Provided material »
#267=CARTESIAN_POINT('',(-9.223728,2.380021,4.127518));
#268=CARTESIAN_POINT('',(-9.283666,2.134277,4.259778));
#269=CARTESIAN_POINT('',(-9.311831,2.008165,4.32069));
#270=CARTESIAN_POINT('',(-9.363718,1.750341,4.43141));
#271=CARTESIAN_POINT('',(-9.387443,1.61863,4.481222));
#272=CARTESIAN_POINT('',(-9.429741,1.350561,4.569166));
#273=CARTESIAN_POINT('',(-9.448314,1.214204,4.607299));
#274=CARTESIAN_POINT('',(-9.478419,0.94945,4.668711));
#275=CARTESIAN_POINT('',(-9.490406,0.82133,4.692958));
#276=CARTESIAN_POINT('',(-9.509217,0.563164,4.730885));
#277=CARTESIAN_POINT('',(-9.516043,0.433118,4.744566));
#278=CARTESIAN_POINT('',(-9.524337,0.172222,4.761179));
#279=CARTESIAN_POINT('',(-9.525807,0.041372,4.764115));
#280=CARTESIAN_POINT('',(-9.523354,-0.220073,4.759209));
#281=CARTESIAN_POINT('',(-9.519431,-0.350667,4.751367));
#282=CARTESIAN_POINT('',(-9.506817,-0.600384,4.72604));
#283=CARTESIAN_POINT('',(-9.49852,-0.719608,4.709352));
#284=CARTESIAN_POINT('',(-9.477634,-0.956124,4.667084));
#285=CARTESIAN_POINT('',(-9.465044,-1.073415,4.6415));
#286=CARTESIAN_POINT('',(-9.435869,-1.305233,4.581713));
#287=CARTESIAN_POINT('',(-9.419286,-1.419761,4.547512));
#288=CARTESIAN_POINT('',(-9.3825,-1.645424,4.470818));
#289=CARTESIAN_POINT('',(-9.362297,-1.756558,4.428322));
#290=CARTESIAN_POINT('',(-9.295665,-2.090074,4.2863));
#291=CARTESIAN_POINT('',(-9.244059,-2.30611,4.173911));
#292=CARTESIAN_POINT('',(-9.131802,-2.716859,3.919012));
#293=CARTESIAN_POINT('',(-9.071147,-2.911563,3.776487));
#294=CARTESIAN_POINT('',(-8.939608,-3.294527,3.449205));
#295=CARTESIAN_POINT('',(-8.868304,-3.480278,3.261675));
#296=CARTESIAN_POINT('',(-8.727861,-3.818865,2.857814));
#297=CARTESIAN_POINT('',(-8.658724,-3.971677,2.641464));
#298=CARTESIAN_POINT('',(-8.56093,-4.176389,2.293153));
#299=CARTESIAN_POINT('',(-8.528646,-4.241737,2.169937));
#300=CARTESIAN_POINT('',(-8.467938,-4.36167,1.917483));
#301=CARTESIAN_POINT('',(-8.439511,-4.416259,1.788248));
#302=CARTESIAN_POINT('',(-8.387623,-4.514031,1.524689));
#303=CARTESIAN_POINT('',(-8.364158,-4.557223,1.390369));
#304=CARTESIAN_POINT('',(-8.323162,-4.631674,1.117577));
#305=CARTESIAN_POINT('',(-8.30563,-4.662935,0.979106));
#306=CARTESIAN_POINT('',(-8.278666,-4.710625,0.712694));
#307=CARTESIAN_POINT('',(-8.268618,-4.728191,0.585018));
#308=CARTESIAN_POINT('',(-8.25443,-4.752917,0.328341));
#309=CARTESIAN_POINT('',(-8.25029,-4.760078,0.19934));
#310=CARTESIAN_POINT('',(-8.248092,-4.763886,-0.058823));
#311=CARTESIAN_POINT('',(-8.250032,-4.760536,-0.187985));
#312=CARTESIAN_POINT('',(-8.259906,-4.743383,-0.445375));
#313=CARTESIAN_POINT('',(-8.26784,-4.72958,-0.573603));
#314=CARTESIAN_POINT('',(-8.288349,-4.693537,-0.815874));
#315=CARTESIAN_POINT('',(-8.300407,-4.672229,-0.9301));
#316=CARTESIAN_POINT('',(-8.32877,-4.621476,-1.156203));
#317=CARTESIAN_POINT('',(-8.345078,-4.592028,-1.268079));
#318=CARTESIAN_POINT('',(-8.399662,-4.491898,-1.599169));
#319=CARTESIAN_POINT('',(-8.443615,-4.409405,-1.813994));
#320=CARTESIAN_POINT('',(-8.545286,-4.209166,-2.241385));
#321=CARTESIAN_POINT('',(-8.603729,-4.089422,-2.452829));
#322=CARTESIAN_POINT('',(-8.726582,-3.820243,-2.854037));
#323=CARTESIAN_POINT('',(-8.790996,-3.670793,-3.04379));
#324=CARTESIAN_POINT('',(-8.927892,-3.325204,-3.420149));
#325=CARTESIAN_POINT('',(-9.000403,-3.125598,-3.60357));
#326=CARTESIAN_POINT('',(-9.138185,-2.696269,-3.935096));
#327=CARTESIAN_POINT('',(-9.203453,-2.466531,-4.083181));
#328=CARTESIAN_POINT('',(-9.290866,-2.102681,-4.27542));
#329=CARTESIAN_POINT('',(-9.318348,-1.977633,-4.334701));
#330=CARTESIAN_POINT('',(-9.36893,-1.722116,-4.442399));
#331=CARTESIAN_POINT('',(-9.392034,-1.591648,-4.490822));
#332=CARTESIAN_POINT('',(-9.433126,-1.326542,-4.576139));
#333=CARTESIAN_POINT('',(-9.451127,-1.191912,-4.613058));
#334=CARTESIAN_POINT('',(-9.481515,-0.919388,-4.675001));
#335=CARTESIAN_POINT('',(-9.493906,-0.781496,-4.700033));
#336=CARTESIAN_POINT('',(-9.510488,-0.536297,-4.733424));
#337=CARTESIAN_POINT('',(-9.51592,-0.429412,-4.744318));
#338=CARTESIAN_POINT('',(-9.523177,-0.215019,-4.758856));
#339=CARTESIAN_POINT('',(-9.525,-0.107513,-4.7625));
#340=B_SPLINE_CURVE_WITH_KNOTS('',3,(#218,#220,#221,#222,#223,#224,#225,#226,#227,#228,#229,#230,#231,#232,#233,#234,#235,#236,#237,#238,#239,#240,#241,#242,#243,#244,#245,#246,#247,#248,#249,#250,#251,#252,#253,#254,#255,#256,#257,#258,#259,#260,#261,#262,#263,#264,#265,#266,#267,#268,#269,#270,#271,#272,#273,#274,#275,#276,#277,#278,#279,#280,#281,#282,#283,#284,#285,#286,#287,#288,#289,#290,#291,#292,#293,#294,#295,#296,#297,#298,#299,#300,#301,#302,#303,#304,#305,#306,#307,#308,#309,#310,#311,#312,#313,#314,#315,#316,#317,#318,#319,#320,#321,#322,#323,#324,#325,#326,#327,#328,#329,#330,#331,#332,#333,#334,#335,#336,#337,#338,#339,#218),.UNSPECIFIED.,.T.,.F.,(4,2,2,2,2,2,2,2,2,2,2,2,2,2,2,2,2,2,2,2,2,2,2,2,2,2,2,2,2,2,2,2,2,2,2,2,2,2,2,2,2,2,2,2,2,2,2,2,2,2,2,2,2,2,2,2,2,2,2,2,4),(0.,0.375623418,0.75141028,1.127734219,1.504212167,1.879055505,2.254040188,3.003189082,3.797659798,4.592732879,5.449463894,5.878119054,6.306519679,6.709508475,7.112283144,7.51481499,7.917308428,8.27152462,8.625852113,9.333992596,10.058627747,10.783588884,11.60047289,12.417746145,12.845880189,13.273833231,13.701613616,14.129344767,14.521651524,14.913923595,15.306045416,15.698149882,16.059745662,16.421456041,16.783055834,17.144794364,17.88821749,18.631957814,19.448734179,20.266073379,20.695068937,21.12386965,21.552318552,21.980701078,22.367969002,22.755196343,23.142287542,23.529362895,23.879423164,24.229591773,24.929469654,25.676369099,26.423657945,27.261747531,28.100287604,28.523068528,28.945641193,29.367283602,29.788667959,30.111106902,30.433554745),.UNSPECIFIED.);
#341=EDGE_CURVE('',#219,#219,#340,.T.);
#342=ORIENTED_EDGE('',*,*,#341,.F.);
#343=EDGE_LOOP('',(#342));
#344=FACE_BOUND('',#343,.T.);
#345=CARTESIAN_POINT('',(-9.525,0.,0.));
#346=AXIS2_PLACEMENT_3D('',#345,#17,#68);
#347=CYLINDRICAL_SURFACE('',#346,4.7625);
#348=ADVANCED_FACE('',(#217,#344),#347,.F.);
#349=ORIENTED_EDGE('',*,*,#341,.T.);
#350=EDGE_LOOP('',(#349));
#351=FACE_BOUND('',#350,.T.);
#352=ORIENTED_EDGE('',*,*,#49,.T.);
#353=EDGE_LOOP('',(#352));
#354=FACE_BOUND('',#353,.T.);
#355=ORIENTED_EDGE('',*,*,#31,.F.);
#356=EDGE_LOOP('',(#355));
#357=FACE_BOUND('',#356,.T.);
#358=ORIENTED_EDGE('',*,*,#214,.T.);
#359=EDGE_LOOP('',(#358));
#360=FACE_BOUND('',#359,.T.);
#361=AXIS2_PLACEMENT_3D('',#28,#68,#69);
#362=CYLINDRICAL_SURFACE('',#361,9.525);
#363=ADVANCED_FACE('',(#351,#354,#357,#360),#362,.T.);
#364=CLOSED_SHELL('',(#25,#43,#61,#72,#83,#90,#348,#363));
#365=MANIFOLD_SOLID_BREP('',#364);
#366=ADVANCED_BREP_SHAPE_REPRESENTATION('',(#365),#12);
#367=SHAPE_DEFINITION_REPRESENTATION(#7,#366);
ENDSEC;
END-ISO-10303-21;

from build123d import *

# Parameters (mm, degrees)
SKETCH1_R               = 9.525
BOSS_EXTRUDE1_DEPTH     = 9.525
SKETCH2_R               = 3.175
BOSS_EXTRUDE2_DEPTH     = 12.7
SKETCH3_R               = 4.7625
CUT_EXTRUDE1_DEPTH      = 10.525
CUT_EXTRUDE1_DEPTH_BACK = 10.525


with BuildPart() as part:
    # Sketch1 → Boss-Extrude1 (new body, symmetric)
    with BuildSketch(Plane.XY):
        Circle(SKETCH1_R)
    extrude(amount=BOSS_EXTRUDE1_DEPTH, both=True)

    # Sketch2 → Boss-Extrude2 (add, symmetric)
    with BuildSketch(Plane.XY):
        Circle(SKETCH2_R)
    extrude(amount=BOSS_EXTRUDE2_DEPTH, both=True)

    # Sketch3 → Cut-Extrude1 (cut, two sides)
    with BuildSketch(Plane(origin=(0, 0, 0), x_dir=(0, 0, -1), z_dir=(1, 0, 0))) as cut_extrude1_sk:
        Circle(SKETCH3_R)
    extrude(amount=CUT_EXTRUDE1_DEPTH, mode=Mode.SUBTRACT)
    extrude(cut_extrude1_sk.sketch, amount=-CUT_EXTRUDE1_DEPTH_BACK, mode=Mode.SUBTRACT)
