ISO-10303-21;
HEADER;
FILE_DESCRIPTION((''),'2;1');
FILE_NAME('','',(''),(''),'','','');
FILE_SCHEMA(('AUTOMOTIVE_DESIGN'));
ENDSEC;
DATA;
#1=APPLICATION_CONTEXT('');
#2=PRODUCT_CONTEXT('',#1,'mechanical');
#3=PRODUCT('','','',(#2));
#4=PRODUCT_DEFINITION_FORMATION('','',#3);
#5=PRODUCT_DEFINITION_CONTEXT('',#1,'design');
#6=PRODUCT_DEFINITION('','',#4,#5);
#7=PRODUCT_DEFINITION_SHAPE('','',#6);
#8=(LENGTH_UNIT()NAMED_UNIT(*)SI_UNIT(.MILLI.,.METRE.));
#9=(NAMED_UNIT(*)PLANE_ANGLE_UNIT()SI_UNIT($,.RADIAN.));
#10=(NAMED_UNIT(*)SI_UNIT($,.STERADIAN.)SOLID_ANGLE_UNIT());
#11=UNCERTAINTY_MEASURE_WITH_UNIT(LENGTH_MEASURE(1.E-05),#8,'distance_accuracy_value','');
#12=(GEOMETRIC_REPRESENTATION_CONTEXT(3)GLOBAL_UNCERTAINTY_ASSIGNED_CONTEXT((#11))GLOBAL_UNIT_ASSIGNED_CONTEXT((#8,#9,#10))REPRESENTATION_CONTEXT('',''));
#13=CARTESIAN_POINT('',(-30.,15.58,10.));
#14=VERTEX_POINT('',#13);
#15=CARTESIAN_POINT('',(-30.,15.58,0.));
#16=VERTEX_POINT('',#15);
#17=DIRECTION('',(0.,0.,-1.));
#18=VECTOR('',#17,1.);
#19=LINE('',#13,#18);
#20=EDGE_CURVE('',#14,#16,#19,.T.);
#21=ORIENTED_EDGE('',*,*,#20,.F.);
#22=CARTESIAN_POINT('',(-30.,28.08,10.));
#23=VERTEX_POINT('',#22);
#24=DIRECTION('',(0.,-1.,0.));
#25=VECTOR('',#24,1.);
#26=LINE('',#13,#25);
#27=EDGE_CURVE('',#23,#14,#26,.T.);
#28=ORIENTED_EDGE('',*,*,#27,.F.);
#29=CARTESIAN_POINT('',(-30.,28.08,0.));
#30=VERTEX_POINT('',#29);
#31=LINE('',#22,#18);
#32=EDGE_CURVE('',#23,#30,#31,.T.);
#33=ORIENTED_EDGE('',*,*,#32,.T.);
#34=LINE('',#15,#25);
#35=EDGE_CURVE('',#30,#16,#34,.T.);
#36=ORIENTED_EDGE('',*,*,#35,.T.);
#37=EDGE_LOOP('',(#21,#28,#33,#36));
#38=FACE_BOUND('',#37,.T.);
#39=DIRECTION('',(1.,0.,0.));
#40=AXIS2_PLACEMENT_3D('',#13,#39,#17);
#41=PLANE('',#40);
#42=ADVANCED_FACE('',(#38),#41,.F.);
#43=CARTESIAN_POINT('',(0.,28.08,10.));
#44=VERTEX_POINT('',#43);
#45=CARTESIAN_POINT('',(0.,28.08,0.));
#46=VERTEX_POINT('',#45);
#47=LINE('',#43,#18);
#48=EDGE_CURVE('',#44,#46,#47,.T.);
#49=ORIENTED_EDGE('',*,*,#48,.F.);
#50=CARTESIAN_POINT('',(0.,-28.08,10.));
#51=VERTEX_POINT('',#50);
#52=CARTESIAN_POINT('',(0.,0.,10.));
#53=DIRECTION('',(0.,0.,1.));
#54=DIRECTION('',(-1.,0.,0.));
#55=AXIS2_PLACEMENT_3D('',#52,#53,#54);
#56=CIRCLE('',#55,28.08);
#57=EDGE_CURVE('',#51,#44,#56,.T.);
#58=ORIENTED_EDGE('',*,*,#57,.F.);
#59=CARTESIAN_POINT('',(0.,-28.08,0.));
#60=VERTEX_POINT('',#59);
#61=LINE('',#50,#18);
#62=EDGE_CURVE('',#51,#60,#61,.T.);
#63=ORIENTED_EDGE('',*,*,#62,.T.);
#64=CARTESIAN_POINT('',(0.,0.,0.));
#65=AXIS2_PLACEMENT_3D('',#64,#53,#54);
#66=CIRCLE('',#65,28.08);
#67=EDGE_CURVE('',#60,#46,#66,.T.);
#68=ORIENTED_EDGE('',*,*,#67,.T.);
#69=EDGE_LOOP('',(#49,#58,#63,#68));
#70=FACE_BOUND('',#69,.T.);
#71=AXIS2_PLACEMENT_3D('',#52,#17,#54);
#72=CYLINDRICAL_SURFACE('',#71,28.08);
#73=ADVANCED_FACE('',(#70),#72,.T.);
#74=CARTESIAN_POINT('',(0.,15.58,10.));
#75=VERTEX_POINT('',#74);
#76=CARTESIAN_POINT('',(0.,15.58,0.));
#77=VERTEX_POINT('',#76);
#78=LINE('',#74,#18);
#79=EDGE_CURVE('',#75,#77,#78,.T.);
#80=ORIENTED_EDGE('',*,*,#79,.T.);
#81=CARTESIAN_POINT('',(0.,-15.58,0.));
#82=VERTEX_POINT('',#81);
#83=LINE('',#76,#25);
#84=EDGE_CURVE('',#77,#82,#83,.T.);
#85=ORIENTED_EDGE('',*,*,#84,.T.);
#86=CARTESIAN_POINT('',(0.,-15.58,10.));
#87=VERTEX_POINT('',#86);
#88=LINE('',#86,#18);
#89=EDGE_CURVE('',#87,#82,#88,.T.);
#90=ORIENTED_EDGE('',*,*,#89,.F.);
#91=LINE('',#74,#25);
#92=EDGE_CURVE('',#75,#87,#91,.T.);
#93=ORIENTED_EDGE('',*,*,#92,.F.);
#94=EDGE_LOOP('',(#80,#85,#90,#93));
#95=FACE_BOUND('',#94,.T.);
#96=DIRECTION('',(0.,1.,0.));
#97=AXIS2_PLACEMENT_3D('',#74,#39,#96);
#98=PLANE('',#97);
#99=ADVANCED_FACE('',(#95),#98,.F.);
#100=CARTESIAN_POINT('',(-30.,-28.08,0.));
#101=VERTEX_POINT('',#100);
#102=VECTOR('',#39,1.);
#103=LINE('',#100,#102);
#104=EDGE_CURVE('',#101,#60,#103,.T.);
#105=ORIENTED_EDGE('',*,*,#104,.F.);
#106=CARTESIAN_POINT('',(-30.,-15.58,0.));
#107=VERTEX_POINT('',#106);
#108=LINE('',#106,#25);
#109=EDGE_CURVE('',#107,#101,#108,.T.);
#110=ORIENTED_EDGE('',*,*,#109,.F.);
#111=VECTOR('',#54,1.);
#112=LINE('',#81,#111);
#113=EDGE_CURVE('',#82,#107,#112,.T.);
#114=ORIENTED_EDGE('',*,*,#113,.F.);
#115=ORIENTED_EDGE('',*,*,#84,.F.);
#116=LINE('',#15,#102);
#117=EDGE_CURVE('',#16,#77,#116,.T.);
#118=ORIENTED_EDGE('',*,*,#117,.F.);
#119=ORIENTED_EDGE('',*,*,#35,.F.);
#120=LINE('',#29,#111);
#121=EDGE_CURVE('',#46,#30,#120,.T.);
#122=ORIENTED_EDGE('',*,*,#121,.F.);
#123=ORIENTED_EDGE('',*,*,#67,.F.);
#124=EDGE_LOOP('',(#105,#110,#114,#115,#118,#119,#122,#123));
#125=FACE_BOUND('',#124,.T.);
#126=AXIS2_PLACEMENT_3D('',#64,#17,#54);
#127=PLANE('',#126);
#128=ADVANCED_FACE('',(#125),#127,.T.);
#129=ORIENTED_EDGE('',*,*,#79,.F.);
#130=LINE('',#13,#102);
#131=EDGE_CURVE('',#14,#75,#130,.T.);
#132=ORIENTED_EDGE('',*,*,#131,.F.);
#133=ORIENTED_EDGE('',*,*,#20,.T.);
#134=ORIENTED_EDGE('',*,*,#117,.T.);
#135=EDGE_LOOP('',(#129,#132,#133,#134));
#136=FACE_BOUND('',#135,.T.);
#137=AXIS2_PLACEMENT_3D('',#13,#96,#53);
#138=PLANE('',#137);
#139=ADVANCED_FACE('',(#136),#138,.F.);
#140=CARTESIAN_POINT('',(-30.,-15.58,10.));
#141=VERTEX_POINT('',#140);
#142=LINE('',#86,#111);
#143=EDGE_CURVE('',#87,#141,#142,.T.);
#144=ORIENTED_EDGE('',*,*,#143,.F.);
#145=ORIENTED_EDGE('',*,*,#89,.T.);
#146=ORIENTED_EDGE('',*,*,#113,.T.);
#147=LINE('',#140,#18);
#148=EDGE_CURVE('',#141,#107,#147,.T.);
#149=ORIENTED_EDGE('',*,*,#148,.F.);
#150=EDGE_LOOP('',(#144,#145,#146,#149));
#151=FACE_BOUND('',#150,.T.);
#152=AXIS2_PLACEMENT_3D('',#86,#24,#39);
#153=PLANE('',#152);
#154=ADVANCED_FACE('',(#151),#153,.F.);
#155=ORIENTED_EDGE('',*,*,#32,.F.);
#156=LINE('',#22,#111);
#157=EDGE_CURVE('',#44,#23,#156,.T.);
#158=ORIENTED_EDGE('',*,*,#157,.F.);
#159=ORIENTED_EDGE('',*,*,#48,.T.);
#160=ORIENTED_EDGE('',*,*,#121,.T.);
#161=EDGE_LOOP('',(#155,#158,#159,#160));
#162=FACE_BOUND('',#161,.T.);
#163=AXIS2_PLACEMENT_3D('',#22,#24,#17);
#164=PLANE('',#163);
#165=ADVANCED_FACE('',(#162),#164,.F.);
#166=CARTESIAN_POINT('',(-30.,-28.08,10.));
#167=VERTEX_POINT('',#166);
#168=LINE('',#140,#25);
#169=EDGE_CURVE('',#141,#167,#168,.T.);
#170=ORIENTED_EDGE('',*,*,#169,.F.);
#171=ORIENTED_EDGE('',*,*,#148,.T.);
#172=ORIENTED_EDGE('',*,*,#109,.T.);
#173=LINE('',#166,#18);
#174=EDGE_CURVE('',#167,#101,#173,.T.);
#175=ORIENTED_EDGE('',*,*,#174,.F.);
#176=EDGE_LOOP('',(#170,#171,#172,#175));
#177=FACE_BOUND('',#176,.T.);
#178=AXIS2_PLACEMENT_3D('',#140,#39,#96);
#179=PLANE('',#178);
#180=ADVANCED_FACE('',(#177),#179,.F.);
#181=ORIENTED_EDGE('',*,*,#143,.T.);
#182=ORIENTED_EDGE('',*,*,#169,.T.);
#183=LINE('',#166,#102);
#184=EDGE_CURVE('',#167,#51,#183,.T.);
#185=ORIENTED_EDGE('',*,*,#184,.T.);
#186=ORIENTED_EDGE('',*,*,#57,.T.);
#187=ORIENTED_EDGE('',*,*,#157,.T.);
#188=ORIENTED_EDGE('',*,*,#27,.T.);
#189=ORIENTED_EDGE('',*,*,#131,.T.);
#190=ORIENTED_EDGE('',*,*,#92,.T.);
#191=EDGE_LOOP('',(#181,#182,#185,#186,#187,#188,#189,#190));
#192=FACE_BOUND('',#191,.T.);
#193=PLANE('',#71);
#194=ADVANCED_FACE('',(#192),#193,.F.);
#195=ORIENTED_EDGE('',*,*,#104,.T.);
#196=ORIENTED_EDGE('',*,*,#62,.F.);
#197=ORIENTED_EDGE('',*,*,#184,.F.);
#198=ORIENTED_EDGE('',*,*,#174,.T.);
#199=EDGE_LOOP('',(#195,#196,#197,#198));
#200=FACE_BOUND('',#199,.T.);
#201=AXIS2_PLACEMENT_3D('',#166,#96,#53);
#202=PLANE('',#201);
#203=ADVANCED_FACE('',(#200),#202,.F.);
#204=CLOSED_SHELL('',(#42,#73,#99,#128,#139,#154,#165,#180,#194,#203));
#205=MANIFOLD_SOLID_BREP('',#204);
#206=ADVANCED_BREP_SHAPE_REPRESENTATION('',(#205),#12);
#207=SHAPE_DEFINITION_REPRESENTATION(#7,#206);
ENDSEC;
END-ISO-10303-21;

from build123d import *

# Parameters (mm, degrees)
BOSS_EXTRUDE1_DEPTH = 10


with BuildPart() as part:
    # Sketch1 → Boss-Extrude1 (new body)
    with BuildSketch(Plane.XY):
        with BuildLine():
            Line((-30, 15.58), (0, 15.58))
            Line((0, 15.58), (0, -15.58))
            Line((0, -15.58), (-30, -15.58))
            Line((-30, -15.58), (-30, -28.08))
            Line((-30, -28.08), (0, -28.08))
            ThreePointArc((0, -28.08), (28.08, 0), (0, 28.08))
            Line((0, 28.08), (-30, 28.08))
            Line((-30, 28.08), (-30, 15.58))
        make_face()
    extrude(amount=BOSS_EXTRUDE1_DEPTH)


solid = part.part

What to work on » Retype exactly the span of lines from the one with "#170=ORIENTED_EDGE('',*,*,#169,.F.);" through the one with "#188=ORIENTED_EDGE('',*,*,#27,.T.);"; include both ends and omit the rest of the material.

Answer to the exercise »
#170=ORIENTED_EDGE('',*,*,#169,.F.);
#171=ORIENTED_EDGE('',*,*,#148,.T.);
#172=ORIENTED_EDGE('',*,*,#109,.T.);
#173=LINE('',#166,#18);
#174=EDGE_CURVE('',#167,#101,#173,.T.);
#175=ORIENTED_EDGE('',*,*,#174,.F.);
#176=EDGE_LOOP('',(#170,#171,#172,#175));
#177=FACE_BOUND('',#176,.T.);
#178=AXIS2_PLACEMENT_3D('',#140,#39,#96);
#179=PLANE('',#178);
#180=ADVANCED_FACE('',(#177),#179,.F.);
#181=ORIENTED_EDGE('',*,*,#143,.T.);
#182=ORIENTED_EDGE('',*,*,#169,.T.);
#183=LINE('',#166,#102);
#184=EDGE_CURVE('',#167,#51,#183,.T.);
#185=ORIENTED_EDGE('',*,*,#184,.T.);
#186=ORIENTED_EDGE('',*,*,#57,.T.);
#187=ORIENTED_EDGE('',*,*,#157,.T.);
#188=ORIENTED_EDGE('',*,*,#27,.T.);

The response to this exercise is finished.